Ele estava sentado. A camiseta vermelha desbotando
em sentimentos incompreendidos e em olhares
adversos e temerosos… já não havia muito para ele
somente o tratamento medicamentoso e uma vida de ansiedade.

Demos a volta e entramos num quarto para dois.
Metade bagunçada, metade uma bagunça.
Uma TV, duas camas e um dito banheiro para
dois loucos e meus grandes aforismos egocêntricos.

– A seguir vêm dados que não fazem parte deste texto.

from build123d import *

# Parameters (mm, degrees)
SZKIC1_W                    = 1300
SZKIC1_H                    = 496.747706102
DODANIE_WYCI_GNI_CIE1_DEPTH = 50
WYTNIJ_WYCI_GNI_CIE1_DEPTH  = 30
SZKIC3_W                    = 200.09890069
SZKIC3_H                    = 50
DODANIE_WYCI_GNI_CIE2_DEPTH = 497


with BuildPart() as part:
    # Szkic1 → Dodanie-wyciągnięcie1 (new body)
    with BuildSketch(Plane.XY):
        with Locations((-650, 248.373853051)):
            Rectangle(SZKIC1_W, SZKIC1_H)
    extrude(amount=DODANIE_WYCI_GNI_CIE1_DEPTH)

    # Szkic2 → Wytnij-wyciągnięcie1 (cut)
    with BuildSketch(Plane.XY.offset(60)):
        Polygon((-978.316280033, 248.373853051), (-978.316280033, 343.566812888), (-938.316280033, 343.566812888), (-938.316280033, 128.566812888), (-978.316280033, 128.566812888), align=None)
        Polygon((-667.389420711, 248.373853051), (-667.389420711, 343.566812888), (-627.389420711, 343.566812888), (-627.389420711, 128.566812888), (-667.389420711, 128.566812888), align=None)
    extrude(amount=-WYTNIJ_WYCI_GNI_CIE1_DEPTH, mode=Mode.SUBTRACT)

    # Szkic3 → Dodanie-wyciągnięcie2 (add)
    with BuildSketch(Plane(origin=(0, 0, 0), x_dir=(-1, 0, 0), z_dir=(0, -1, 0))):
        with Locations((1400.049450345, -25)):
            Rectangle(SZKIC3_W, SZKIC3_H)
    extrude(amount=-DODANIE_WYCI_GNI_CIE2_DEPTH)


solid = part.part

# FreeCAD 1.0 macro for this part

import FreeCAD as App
import Part
import Sketcher
from FreeCAD import Vector


def add_polygon(sketch, points):
    """Adds a closed chain of lines whose ends are joined by coincident constraints."""
    first, n = sketch.GeometryCount, len(points)
    for a, b in zip(points, points[1:] + points[:1]):
        sketch.addGeometry(Part.LineSegment(App.Vector(*a, 0), App.Vector(*b, 0)), False)
    for i in range(n):
        sketch.addConstraint(Sketcher.Constraint("Coincident", first + i, 2, first + (i + 1) % n, 1))

doc = App.newDocument("Part")
body = doc.addObject("PartDesign::Body", "Body")

# Sketch on XY plane
sketch1 = body.newObject("Sketcher::SketchObject", "Sketch")
sketch1.AttachmentSupport = (doc.getObject("XY_Plane"), [""])
sketch1.MapMode = "FlatFace"
add_polygon(sketch1, [(-1300, 497), (-1300, 0), (0, 0), (0, 497)])  # lines 0-3
sketch1.addConstraint(Sketcher.Constraint("Vertical", 0))
sketch1.addConstraint(Sketcher.Constraint("Horizontal", 1))
sketch1.addConstraint(Sketcher.Constraint("Vertical", 2))
sketch1.addConstraint(Sketcher.Constraint("Horizontal", 3))
sketch1.addConstraint(Sketcher.Constraint("Coincident", 1, 2, -1, 1))
sketch1.addConstraint(Sketcher.Constraint("DistanceX", 1, 1, 1, 2, 1300.0))
sketch1.addConstraint(Sketcher.Constraint("DistanceY", 0, 2, 0, 1, 496.747706))
pad1 = body.newObject("PartDesign::Pad", "Pad")
pad1.Profile = sketch1
pad1.Length = 50

# Sketch on XY plane
sketch2 = body.newObject("Sketcher::SketchObject", "Sketch001")
sketch2.AttachmentSupport = (doc.getObject("XY_Plane"), [""])
sketch2.MapMode = "FlatFace"
sketch2.AttachmentOffset = App.Placement(Vector(0, 0, 60), App.Rotation())
add_polygon(sketch2, [(-978, 344), (-978, 129), (-938, 129), (-938, 344)])  # lines 0-3
add_polygon(sketch2, [(-667, 344), (-667, 129), (-627, 129), (-627, 344)])  # lines 4-7
sketch2.addConstraint(Sketcher.Constraint("Vertical", 0))
sketch2.addConstraint(Sketcher.Constraint("Horizontal", 1))
sketch2.addConstraint(Sketcher.Constraint("Vertical", 2))
sketch2.addConstraint(Sketcher.Constraint("Horizontal", 3))
sketch2.addConstraint(Sketcher.Constraint("Vertical", 4))
sketch2.addConstraint(Sketcher.Constraint("Horizontal", 5))
sketch2.addConstraint(Sketcher.Constraint("Vertical", 6))
sketch2.addConstraint(Sketcher.Constraint("Horizontal", 7))
sketch2.addConstraint(Sketcher.Constraint("Horizontal", 1, 2, 4, 2))
sketch2.addConstraint(Sketcher.Constraint("Horizontal", 3, 2, 6, 2))
sketch2.addConstraint(Sketcher.Constraint("Equal", 3, 5))
sketch2.addConstraint(Sketcher.Constraint("DistanceX", 1, 1, 1, 2, 40.0))
sketch2.addConstraint(Sketcher.Constraint("DistanceY", 0, 2, 0, 1, 215.0))
sketch2.addConstraint(Sketcher.Constraint("DistanceX", 0, 2, -1, 1, 978.31628))
sketch2.addConstraint(Sketcher.Constraint("DistanceX", 4, 2, -1, 1, 667.389421))
sketch2.addConstraint(Sketcher.Constraint("DistanceY", -1, 1, 0, 2, 128.566813))
pocket1 = body.newObject("PartDesign::Pocket", "Pocket")
pocket1.Profile = sketch2
pocket1.Length = 30

# Sketch on XZ plane
sketch3 = body.newObject("Sketcher::SketchObject", "Sketch002")
sketch3.AttachmentSupport = (doc.getObject("XZ_Plane"), [""])
sketch3.MapMode = "FlatFace"
add_polygon(sketch3, [(-1300, 0), (-1300, 50), (-1500, 50), (-1500, 0)])  # lines 0-3
sketch3.addConstraint(Sketcher.Constraint("Vertical", 0))
sketch3.addConstraint(Sketcher.Constraint("Horizontal", 1))
sketch3.addConstraint(Sketcher.Constraint("Vertical", 2))
sketch3.addConstraint(Sketcher.Constraint("Horizontal", 3))
sketch3.addConstraint(Sketcher.Constraint("PointOnObject", 2, 2, -1))
sketch3.addConstraint(Sketcher.Constraint("DistanceY", 0, 1, 0, 2, 50.0))
sketch3.addConstraint(Sketcher.Constraint("DistanceX", 0, 2, -1, 1, 1300.0))
sketch3.addConstraint(Sketcher.Constraint("DistanceX", 1, 2, 1, 1, 200.098901))
pad2 = body.newObject("PartDesign::Pad", "Pad001")
pad2.Profile = sketch3
pad2.Length = 497
pad2.Reversed = True

doc.recompute()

Todos nos olhavam e já me sentia desconfortável,
então, fomos embora, embora nada ali houvesse…
somente esperança e tratamento… alimentando
a sede de vida que todos ali tinham.

O rapaz caminha só

O rapaz caminha só
em nuvens de tristeza
e versos de melancolia.

Ele caminha e nada vê…
está doente,
já nem é tempo.

Vozes em azul,
a vida no rosa
e o sentimento superestimado;

Poemas dispersos;
ressoa na noite
um amor eternamente renovado.

Fim

suas asas sujas caíram;
seus amores e sonhos partiram;
sua esperança e coragem sumiram;
seu ego e ansiedade a mim destruíram.

e o que sobra de todo passado
é um futuro repleto de memórias,
que só perpetuam a dor do abandonado
e eternizam a sofreguidão da vanglória.

aos poucos, inimigos…
cada vez mais, pontos distantes
num segmento infinito
de tristes amores, amantes

aos poucos, refletidos…
um no outro como espelhos mentirosos
de cunho retido
e, solitários, estirosos.

suas asas sujas caíram;
seus sonhos partiram;
sua esperança e coragem sumiram;
seu ego e insanidade a mim destruíram.